*Task directions*
Retrieve each line that contains the word "amount" from the entries below.

─── Exercise materials

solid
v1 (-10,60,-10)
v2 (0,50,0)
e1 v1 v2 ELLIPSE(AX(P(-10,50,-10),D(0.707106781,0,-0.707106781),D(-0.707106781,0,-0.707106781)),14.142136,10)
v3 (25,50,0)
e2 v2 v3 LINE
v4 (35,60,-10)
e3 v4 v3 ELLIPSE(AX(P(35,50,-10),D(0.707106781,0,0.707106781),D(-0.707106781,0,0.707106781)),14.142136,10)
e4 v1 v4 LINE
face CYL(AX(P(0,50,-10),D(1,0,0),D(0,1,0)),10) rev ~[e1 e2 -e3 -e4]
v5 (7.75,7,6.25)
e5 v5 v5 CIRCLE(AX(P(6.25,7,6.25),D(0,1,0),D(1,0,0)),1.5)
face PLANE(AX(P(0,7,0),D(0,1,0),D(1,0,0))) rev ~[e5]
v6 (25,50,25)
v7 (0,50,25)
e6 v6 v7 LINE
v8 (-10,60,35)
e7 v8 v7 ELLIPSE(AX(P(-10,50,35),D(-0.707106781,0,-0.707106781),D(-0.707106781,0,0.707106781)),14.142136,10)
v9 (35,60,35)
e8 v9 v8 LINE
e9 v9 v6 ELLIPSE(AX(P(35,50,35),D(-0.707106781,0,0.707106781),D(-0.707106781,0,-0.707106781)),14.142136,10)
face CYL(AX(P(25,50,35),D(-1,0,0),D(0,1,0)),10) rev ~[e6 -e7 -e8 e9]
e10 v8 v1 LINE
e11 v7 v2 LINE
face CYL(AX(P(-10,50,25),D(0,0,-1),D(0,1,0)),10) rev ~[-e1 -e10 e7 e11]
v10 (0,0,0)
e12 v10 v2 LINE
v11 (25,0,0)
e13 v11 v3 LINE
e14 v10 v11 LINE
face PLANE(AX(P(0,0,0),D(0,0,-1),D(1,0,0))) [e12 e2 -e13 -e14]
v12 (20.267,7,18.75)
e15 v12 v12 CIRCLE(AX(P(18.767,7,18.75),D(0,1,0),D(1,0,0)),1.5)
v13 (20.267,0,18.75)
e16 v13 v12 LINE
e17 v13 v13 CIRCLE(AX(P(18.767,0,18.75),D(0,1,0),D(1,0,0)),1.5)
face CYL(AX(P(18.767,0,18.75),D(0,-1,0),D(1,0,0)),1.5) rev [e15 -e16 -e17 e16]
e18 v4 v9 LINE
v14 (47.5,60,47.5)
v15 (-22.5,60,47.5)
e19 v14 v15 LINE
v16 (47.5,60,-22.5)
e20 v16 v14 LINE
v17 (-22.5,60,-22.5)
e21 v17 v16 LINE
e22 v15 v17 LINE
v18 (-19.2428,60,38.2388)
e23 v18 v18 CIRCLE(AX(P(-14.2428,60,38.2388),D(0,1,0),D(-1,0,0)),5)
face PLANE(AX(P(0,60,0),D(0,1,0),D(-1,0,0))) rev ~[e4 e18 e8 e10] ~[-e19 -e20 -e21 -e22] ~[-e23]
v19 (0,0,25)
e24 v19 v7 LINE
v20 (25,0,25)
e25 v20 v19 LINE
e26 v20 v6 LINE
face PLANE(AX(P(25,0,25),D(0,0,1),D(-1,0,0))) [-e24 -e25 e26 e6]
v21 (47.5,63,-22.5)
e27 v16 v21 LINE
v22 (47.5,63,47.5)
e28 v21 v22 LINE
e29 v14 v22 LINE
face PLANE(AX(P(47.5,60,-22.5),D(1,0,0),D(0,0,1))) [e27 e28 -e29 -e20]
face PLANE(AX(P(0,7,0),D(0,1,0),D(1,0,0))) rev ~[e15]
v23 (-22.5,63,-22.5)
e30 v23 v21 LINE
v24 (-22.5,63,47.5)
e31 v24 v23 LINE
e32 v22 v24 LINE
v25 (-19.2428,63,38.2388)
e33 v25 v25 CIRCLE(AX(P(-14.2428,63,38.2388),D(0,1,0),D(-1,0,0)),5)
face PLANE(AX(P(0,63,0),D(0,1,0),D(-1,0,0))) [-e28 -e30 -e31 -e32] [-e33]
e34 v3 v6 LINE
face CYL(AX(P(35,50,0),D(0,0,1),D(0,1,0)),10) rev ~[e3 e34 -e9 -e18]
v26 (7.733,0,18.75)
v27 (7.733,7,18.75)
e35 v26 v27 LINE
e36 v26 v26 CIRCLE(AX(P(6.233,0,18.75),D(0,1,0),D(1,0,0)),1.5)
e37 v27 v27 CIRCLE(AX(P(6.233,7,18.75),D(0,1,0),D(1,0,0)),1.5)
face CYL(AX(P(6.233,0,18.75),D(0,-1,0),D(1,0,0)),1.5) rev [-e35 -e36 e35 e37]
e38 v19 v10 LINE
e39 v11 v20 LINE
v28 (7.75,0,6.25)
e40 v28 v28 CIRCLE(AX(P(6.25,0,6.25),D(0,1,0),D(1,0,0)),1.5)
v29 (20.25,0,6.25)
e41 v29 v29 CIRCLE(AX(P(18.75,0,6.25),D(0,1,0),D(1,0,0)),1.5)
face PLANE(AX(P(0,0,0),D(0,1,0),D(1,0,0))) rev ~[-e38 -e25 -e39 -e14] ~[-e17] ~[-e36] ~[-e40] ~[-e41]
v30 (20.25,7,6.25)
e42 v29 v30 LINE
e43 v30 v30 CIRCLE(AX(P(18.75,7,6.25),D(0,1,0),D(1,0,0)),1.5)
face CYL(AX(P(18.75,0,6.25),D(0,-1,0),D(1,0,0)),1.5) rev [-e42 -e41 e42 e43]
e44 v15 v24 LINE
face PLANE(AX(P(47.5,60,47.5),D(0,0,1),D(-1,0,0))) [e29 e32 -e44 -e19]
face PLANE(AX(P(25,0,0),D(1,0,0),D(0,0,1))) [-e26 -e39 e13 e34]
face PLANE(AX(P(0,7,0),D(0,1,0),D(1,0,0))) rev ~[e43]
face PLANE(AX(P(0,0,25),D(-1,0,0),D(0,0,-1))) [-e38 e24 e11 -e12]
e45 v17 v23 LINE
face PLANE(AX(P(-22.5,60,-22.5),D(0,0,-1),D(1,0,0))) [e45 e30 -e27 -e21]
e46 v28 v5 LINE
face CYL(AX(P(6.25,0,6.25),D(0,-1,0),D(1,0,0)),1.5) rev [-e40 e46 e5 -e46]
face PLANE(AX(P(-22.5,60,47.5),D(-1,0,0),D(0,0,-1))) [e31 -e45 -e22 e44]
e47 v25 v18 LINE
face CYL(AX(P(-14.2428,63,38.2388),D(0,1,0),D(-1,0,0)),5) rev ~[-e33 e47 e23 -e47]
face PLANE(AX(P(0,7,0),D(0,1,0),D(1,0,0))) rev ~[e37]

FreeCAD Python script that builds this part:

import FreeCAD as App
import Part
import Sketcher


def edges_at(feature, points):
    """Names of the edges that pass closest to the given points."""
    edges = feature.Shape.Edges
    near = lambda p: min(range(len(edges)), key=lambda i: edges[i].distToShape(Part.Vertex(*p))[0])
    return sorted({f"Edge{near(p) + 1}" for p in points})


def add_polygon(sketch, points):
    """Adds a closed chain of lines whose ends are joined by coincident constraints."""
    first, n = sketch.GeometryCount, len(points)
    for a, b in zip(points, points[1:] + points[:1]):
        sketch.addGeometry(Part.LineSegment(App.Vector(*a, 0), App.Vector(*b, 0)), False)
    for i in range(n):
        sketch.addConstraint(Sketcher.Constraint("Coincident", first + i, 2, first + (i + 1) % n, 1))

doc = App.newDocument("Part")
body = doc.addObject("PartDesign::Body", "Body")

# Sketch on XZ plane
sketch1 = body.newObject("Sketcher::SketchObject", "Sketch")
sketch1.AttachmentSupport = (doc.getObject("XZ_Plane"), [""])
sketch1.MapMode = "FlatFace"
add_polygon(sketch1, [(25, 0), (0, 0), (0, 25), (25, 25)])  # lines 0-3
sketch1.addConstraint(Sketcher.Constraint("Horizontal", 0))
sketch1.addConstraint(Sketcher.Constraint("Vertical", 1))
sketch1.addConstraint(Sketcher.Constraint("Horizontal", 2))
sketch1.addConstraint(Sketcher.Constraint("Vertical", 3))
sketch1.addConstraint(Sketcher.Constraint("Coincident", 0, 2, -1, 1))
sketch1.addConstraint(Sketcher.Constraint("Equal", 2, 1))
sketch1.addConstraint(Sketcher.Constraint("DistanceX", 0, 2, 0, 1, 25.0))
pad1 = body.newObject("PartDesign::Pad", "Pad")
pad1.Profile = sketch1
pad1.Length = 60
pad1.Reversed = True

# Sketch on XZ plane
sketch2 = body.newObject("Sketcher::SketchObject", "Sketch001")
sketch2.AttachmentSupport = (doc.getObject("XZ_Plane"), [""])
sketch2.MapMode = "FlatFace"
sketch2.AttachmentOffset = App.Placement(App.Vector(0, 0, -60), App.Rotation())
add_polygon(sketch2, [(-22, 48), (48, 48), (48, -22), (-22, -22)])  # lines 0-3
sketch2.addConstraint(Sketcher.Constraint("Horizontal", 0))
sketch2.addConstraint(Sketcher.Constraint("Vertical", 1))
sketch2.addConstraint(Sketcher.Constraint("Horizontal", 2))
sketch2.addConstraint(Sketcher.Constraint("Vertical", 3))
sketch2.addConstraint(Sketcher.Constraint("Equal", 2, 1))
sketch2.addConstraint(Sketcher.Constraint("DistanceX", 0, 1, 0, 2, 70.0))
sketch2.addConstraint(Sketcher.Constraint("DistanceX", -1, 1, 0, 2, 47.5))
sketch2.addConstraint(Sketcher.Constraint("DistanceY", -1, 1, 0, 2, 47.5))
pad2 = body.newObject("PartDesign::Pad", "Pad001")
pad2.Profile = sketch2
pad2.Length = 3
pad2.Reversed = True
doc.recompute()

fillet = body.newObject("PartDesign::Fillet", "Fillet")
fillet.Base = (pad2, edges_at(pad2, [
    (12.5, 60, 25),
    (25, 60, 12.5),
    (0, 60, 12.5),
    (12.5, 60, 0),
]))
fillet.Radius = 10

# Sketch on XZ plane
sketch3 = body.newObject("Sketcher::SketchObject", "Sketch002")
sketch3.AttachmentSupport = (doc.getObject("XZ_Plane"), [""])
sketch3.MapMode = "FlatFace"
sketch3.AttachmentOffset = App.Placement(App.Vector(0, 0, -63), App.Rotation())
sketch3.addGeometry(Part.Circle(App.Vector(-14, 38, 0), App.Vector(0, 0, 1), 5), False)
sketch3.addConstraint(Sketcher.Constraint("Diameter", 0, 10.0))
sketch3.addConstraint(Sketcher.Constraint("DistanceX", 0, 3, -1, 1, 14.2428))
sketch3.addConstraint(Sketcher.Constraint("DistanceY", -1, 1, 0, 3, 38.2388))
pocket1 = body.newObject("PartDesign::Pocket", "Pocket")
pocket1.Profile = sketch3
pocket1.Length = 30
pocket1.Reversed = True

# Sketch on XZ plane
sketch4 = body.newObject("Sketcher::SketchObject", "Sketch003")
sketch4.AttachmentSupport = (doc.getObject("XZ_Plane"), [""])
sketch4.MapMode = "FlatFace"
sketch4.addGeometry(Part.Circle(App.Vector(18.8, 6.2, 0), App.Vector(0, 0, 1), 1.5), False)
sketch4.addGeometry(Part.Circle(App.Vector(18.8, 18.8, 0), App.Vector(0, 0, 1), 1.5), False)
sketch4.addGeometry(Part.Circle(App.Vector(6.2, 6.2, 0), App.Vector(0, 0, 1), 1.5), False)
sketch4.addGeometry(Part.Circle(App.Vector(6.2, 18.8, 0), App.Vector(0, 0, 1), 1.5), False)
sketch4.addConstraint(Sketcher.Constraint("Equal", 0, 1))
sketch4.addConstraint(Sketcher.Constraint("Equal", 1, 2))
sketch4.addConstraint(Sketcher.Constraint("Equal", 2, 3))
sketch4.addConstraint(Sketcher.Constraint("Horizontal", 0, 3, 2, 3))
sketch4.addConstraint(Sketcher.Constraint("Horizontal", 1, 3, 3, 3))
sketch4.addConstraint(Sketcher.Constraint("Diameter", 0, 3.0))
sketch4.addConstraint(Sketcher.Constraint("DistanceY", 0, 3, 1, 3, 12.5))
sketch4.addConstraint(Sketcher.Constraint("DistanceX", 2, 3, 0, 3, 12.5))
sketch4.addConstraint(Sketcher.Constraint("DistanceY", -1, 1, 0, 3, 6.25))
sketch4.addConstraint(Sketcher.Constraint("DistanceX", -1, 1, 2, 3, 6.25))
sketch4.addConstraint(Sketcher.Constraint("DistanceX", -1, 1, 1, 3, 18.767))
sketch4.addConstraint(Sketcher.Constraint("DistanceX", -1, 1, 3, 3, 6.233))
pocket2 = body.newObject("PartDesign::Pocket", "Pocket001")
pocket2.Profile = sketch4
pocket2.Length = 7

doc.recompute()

──────
─── Exercise materials

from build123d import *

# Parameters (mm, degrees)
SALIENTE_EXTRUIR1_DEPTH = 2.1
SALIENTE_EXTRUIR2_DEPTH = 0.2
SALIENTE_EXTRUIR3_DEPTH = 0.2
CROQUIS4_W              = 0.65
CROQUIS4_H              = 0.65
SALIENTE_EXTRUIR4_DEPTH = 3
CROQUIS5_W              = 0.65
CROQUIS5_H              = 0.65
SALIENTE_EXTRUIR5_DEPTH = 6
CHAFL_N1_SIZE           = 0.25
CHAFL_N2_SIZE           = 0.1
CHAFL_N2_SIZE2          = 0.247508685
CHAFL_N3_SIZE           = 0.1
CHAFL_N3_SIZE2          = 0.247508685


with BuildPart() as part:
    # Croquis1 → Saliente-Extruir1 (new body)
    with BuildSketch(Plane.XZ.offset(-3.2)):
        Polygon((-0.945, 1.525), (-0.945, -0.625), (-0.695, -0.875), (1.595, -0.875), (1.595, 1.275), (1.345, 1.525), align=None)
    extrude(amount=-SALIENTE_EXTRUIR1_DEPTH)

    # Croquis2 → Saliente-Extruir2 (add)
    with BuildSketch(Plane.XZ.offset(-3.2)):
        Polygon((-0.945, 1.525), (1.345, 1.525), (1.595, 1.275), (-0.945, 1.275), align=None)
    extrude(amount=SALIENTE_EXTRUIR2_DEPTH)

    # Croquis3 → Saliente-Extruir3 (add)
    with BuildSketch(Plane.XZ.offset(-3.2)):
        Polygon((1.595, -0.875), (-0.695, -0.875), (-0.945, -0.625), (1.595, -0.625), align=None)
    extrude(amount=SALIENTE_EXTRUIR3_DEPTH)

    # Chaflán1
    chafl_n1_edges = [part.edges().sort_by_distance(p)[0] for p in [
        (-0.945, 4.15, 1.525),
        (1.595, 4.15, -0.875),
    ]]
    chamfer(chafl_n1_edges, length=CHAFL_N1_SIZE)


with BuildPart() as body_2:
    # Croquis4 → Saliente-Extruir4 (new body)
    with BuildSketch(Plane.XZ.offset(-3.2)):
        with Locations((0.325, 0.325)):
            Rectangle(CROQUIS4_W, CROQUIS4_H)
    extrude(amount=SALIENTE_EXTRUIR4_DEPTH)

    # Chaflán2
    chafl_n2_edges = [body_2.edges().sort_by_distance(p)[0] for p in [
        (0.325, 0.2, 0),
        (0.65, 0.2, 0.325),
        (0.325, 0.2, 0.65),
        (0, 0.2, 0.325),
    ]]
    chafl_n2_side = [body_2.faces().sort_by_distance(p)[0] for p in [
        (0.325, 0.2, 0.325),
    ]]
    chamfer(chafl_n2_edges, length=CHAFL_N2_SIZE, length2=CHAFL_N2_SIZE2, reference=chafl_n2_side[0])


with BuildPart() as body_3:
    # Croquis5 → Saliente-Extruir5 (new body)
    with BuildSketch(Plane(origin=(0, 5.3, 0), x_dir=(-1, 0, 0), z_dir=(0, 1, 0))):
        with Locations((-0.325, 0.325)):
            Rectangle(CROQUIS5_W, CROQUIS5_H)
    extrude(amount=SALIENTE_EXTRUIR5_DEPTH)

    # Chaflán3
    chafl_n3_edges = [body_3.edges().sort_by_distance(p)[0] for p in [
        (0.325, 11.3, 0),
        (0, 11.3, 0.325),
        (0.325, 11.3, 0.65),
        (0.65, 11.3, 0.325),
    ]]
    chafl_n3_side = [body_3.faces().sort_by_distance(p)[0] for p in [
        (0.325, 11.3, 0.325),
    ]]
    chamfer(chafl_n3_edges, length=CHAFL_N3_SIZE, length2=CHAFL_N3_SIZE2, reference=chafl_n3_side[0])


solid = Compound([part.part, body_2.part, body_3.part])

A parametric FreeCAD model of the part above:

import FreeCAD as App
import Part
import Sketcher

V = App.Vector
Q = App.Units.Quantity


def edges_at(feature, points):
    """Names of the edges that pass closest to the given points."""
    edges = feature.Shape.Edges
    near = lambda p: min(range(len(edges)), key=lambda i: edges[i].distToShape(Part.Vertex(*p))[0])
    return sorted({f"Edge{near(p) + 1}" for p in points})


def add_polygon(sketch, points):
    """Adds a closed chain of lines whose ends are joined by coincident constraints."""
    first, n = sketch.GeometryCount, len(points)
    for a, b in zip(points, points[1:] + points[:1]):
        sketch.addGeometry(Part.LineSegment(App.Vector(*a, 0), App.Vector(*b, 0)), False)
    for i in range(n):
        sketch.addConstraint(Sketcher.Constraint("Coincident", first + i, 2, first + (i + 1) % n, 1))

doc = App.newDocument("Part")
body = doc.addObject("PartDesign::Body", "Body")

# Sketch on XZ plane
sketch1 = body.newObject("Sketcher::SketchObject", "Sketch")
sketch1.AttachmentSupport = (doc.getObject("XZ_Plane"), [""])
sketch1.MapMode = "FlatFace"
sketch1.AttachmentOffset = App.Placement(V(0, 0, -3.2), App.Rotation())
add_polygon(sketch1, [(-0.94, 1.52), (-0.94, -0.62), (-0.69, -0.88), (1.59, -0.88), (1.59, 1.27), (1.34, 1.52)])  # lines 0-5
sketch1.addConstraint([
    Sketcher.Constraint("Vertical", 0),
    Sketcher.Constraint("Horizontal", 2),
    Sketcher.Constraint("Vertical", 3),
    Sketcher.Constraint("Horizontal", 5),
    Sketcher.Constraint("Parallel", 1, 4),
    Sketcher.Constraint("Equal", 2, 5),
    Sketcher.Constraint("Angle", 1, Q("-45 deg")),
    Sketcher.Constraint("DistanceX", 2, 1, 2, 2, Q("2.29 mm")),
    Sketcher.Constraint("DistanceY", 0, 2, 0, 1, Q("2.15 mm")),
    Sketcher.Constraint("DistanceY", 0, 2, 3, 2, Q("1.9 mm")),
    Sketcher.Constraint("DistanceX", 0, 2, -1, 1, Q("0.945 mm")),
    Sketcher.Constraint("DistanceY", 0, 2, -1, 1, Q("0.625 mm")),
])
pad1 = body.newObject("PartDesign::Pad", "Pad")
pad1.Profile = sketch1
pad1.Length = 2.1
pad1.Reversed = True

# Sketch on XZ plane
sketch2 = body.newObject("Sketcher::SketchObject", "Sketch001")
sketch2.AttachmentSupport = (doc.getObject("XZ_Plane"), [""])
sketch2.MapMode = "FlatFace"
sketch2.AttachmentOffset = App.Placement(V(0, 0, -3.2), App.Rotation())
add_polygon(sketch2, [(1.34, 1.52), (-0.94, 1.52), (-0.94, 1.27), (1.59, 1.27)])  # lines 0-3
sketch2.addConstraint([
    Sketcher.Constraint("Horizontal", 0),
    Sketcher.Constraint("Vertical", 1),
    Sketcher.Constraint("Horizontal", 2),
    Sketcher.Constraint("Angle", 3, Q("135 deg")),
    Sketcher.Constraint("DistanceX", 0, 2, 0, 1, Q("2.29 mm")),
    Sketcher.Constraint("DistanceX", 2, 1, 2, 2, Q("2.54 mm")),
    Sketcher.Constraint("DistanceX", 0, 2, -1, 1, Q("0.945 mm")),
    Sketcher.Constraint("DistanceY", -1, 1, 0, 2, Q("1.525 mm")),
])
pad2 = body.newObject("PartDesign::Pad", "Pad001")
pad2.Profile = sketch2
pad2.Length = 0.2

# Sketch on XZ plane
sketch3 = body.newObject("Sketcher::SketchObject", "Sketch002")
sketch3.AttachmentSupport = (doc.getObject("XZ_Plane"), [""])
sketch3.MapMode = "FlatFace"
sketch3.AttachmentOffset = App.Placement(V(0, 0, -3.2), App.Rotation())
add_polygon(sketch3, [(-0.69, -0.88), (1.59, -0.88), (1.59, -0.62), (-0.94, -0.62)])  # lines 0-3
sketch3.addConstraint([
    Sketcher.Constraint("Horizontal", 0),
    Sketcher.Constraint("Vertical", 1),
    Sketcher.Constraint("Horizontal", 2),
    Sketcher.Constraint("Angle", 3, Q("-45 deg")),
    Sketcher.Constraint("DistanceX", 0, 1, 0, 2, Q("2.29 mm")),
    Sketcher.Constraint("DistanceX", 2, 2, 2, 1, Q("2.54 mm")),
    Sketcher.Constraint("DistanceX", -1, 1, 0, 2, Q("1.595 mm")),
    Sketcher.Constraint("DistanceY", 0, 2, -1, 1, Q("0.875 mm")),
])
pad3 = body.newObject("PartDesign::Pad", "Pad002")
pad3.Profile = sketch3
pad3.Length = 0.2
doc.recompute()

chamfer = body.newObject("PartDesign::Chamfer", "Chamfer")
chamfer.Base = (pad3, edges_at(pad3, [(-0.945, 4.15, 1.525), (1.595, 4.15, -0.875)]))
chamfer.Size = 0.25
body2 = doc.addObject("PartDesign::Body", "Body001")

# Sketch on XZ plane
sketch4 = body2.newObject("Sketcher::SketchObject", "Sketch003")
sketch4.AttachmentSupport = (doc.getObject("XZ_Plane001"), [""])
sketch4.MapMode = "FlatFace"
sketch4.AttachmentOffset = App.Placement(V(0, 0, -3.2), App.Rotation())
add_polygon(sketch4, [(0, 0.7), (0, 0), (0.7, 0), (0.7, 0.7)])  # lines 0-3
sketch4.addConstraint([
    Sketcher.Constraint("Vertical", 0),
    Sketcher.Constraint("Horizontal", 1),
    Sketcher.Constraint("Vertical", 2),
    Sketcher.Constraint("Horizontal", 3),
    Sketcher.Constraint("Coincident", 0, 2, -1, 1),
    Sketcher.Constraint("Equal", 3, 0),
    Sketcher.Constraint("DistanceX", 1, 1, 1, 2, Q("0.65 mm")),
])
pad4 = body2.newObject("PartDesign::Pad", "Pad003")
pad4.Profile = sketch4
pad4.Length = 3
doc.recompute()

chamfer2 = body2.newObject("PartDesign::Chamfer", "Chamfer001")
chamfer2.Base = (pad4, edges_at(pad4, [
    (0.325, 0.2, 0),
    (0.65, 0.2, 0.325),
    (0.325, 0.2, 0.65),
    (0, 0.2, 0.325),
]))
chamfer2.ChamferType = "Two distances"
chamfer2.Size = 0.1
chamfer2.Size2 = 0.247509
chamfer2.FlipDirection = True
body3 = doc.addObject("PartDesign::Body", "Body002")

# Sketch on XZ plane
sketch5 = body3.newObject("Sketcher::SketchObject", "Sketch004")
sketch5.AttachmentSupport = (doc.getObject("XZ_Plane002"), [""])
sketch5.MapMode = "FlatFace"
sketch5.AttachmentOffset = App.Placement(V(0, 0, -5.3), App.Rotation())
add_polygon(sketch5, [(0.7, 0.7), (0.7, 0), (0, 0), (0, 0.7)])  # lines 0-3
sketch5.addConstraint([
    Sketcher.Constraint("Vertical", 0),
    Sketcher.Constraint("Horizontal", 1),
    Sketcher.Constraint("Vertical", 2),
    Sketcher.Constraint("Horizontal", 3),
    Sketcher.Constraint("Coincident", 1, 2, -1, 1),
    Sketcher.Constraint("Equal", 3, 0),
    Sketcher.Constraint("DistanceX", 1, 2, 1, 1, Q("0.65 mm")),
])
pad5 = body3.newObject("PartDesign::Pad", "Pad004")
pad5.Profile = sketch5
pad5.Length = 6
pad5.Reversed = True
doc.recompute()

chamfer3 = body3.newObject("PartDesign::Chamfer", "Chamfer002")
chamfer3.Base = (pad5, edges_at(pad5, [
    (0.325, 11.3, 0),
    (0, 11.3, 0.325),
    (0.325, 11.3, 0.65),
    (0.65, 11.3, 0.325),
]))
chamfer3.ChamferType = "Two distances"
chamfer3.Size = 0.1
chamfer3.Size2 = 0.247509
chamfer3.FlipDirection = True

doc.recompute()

──────

*Task response*
    extrude(amount=-SALIENTE_EXTRUIR1_DEPTH)
    extrude(amount=SALIENTE_EXTRUIR2_DEPTH)
    extrude(amount=SALIENTE_EXTRUIR3_DEPTH)
    extrude(amount=SALIENTE_EXTRUIR4_DEPTH)
    extrude(amount=SALIENTE_EXTRUIR5_DEPTH)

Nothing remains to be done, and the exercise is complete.